Matrix Operations

Matrices aren’t just grids of numbers—they’re powerful tools for performing linear transformations. Stretching, rotating, reflecting, and projecting: matrix operations reshape space and reveal structure in data, geometry, and beyond. 🔄

Linear Transformation

A transformation (function or mapping) \(T : \mathbb{R}^n \rightarrow \mathbb{R}^m\) denoted \(T\) from \(\mathbb{R}^n\) to \(\mathbb{R}^m\) is a rule that assigns to each vector \(\mathbf{x} \in \mathbb{R}^n\) a vector \(T(\mathbf{x}) \in \mathbb{R}^m\).

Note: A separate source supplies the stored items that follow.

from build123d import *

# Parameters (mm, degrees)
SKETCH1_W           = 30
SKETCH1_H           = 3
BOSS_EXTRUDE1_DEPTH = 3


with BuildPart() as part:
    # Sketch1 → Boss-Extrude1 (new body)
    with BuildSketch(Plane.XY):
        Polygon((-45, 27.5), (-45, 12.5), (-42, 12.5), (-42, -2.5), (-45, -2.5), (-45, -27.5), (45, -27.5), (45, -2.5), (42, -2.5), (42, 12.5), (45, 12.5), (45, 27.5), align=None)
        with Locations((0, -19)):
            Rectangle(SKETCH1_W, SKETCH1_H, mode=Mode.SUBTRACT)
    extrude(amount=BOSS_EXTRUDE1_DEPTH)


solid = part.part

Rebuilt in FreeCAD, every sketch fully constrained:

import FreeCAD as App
import Part
import Sketcher

doc = App.newDocument("Part")
params = doc.addObject("Spreadsheet::Sheet", "Params")
for row, (alias, value) in enumerate([
    ("sketch1_width", "3 mm"),
    ("sketch1_width2", "90 mm"),
    ("sketch1_width3", "30 mm"),
    ("sketch1_height", "15 mm"),
    ("sketch1_height2", "25 mm"),
    ("pad1_length", "3 mm"),
], start=1):
    params.set(f"A{row}", alias)
    params.set(f"B{row}", "=" + value)
    params.setAlias(f"B{row}", alias)

body = doc.addObject("PartDesign::Body", "Body")

sketch1 = body.newObject("Sketcher::SketchObject", "Sketch")
sketch1.AttachmentSupport = (doc.getObject("XY_Plane"), [""])
sketch1.MapMode = "FlatFace"
sketch1.addGeometry([
    Part.LineSegment(App.Vector(-45, 27.5, 0), App.Vector(-45, 12.5, 0)),
    Part.LineSegment(App.Vector(-45, 12.5, 0), App.Vector(-42, 12.5, 0)),
    Part.LineSegment(App.Vector(-42, 12.5, 0), App.Vector(-42, -2.5, 0)),
    Part.LineSegment(App.Vector(-42, -2.5, 0), App.Vector(-45, -2.5, 0)),
    Part.LineSegment(App.Vector(-45, -2.5, 0), App.Vector(-45, -27.5, 0)),
    Part.LineSegment(App.Vector(-45, -27.5, 0), App.Vector(45, -27.5, 0)),
    Part.LineSegment(App.Vector(45, -27.5, 0), App.Vector(45, -2.5, 0)),
    Part.LineSegment(App.Vector(45, -2.5, 0), App.Vector(42, -2.5, 0)),
    Part.LineSegment(App.Vector(42, -2.5, 0), App.Vector(42, 12.5, 0)),
    Part.LineSegment(App.Vector(42, 12.5, 0), App.Vector(45, 12.5, 0)),
    Part.LineSegment(App.Vector(45, 12.5, 0), App.Vector(45, 27.5, 0)),
    Part.LineSegment(App.Vector(45, 27.5, 0), App.Vector(-45, 27.5, 0)),
    Part.LineSegment(App.Vector(15, -20.5, 0), App.Vector(-15, -20.5, 0)),
    Part.LineSegment(App.Vector(-15, -20.5, 0), App.Vector(-15, -17.5, 0)),
    Part.LineSegment(App.Vector(-15, -17.5, 0), App.Vector(15, -17.5, 0)),
    Part.LineSegment(App.Vector(15, -17.5, 0), App.Vector(15, -20.5, 0)),
], False)
sketch1.addConstraint([
    Sketcher.Constraint("Coincident", 0, 2, 1, 1),
    Sketcher.Constraint("Coincident", 1, 2, 2, 1),
    Sketcher.Constraint("Coincident", 2, 2, 3, 1),
    Sketcher.Constraint("Coincident", 3, 2, 4, 1),
    Sketcher.Constraint("Coincident", 4, 2, 5, 1),
    Sketcher.Constraint("Coincident", 5, 2, 6, 1),
    Sketcher.Constraint("Coincident", 6, 2, 7, 1),
    Sketcher.Constraint("Coincident", 7, 2, 8, 1),
    Sketcher.Constraint("Coincident", 8, 2, 9, 1),
    Sketcher.Constraint("Coincident", 9, 2, 10, 1),
    Sketcher.Constraint("Coincident", 10, 2, 11, 1),
    Sketcher.Constraint("Coincident", 11, 2, 0, 1),
    Sketcher.Constraint("Coincident", 12, 2, 13, 1),
    Sketcher.Constraint("Coincident", 13, 2, 14, 1),
    Sketcher.Constraint("Coincident", 14, 2, 15, 1),
    Sketcher.Constraint("Coincident", 15, 2, 12, 1),
    Sketcher.Constraint("Vertical", 0),
    Sketcher.Constraint("Horizontal", 1),
    Sketcher.Constraint("Vertical", 2),
    Sketcher.Constraint("Horizontal", 3),
    Sketcher.Constraint("Vertical", 4),
    Sketcher.Constraint("Horizontal", 5),
    Sketcher.Constraint("Vertical", 6),
    Sketcher.Constraint("Horizontal", 7),
    Sketcher.Constraint("Vertical", 8),
    Sketcher.Constraint("Horizontal", 9),
    Sketcher.Constraint("Vertical", 10),
    Sketcher.Constraint("Horizontal", 11),
    Sketcher.Constraint("Horizontal", 12),
    Sketcher.Constraint("Vertical", 13),
    Sketcher.Constraint("Horizontal", 14),
    Sketcher.Constraint("Vertical", 15),
    Sketcher.Constraint("Symmetric", 4, 2, 10, 2, -1, 1),
    Sketcher.Constraint("Symmetric", 3, 2, 6, 2, -2),
    Sketcher.Constraint("Symmetric", 1, 2, 8, 2, -2),
    Sketcher.Constraint("Vertical", 0, 2, 3, 2),
    Sketcher.Constraint("Equal", 0, 2),
    Sketcher.Constraint("Equal", 9, 13),
    Sketcher.Constraint("DistanceX", 1, 1, 1, 2, 3.0),
    Sketcher.Constraint("DistanceX", 5, 1, 5, 2, 90.0),
    Sketcher.Constraint("DistanceX", 12, 2, 12, 1, 30.0),
    Sketcher.Constraint("DistanceY", 0, 2, 0, 1, 15.0),
    Sketcher.Constraint("DistanceY", 4, 2, 4, 1, 25.0),
    Sketcher.Constraint("DistanceX", 12, 2, -1, 1, 15.0),
    Sketcher.Constraint("DistanceY", 4, 2, 12, 2, 7.0),
])
sketch1.setExpression("Constraints[38]", "Params.sketch1_width")
sketch1.setExpression("Constraints[39]", "Params.sketch1_width2")
sketch1.setExpression("Constraints[40]", "Params.sketch1_width3")
sketch1.setExpression("Constraints[41]", "Params.sketch1_height")
sketch1.setExpression("Constraints[42]", "Params.sketch1_height2")
pad1 = body.newObject("PartDesign::Pad", "Pad")
pad1.Profile = sketch1
pad1.setExpression("Length", "Params.pad1_length")

doc.recompute()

Matrices serve as linear transformations

\[ T(\mathbf{x}) = A\mathbf{x} \]

The set \(\mathbb{R}^n\) is called the domain of \(T\), and the set \(\mathbb{R}^m\) is called the codomain of \(T\).

Assume a matrix \(A\) with dimensions \(m\) x \(n\), we can compute the dot product or matrix multiplication by

\[ A\mathbf{x} = \begin{bmatrix} a_{11} & a_{12} & \cdots & a_{1n} \\ a_{21} & a_{22} & \cdots & a_{2n} \\ \vdots & \vdots & \ddots & \vdots \\ a_{m1} & a_{m2} & \cdots & a_{mn} \end{bmatrix} \begin{bmatrix} x_1 \\ x_2 \\ \vdots \\ x_n \end{bmatrix} = \begin{bmatrix} a_{11}x_1 + a_{12}x_2 + \cdots + a_{1n}x_n \\ a_{21}x_1 + a_{22}x_2 + \cdots + a_{2n}x_n \\ \vdots \\ a_{m1}x_1 + a_{m2}x_2 + \cdots + a_{mn}x_n \end{bmatrix} = \mathbf{b} \]

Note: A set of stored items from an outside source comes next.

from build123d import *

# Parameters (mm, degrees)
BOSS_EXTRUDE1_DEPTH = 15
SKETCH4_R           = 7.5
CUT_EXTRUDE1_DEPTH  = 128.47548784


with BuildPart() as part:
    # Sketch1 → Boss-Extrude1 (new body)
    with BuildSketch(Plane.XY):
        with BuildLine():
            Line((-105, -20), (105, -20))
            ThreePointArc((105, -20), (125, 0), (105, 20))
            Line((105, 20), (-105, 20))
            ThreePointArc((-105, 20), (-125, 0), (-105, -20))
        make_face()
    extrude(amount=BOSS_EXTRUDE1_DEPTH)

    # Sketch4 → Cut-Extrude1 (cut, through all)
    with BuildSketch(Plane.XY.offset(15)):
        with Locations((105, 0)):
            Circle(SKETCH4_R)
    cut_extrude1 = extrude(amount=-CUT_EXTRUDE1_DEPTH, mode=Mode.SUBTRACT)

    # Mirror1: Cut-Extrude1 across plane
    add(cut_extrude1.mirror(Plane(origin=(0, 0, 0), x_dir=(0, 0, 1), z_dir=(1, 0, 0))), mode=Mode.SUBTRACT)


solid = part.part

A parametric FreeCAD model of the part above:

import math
import FreeCAD as App
import Part
import Sketcher
from FreeCAD import Vector

doc = App.newDocument("Part")
params = doc.addObject("Spreadsheet::Sheet", "Params")
for row, (alias, value) in enumerate([
    ("sketch1_radius", "20 mm"),
    ("sketch1_width", "210 mm"),
    ("pad1_length", "15 mm"),
    ("sketch2_diameter", "15 mm"),
], start=1):
    params.set(f"A{row}", alias)
    params.set(f"B{row}", "=" + value)
    params.setAlias(f"B{row}", alias)

body = doc.addObject("PartDesign::Body", "Body")

# Sketch on XY plane
sketch1 = body.newObject("Sketcher::SketchObject", "Sketch")
sketch1.AttachmentSupport = (doc.getObject("XY_Plane"), [""])
sketch1.MapMode = "FlatFace"
sketch1.addGeometry([
    Part.LineSegment(Vector(-105, -20, 0), Vector(105, -20, 0)),
    Part.ArcOfCircle(Part.Circle(Vector(105, 0, 0), Vector(0, 0, 1), 20), math.radians(-90), math.radians(90)),
    Part.LineSegment(Vector(105, 20, 0), Vector(-105, 20, 0)),
    Part.ArcOfCircle(Part.Circle(Vector(-105, 0, 0), Vector(0, 0, 1), 20), math.radians(90), math.radians(270)),
], False)
sketch1.addConstraint([
    Sketcher.Constraint("Tangent", 0, 2, 1, 1),
    Sketcher.Constraint("Tangent", 1, 2, 2, 1),
    Sketcher.Constraint("Tangent", 2, 2, 3, 1),
    Sketcher.Constraint("Tangent", 3, 2, 0, 1),
    Sketcher.Constraint("Horizontal", 0),
    Sketcher.Constraint("Horizontal", 2),
    Sketcher.Constraint("Symmetric", 1, 3, 3, 3, -1, 1),
    Sketcher.Constraint("Radius", 1, 20.0),
    Sketcher.Constraint("DistanceX", 0, 1, 0, 2, 210.0),
])
sketch1.setExpression("Constraints[7]", "Params.sketch1_radius")
sketch1.setExpression("Constraints[8]", "Params.sketch1_width")
pad1 = body.newObject("PartDesign::Pad", "Pad")
pad1.Profile = sketch1
pad1.setExpression("Length", "Params.pad1_length")

# Sketch on XY plane
sketch2 = body.newObject("Sketcher::SketchObject", "Sketch001")
sketch2.AttachmentSupport = (doc.getObject("XY_Plane"), [""])
sketch2.MapMode = "FlatFace"
sketch2.AttachmentOffset = App.Placement(Vector(0, 0, 15), App.Rotation())
sketch2.addGeometry(Part.Circle(Vector(105, 0, 0), Vector(0, 0, 1), 7.5), False)
sketch2.addConstraint([
    Sketcher.Constraint("PointOnObject", 0, 3, -1),
    Sketcher.Constraint("Diameter", 0, 15.0),
    Sketcher.Constraint("DistanceX", -1, 1, 0, 3, 105.0),
])
sketch2.setExpression("Constraints[1]", "Params.sketch2_diameter")
pocket1 = body.newObject("PartDesign::Pocket", "Pocket")
pocket1.Profile = sketch2
pocket1.Type = "ThroughAll"
doc.recompute()

mirrored = body.newObject("PartDesign::Mirrored", "Mirrored")
mirrored.Originals = [pocket1]
mirrored.MirrorPlane = (doc.getObject("YZ_Plane"), [""])
body.Tip = mirrored

doc.recompute()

\[ A\mathbf{x} = \mathbf{b} \]

To perform the matrix multiplication \(A\mathbf{x}\), the number of columns in \(A\) must match the number of entries in the vector \(\mathbf{x}\).
That is, if \(A\) is an \(m \times n\) matrix and \(\mathbf{x}\) is an \(n \times 1\) column vector, the multiplication is valid and the result will be an \(m \times 1\) column vector.
If the dimensions do not align, the dot product is undefined.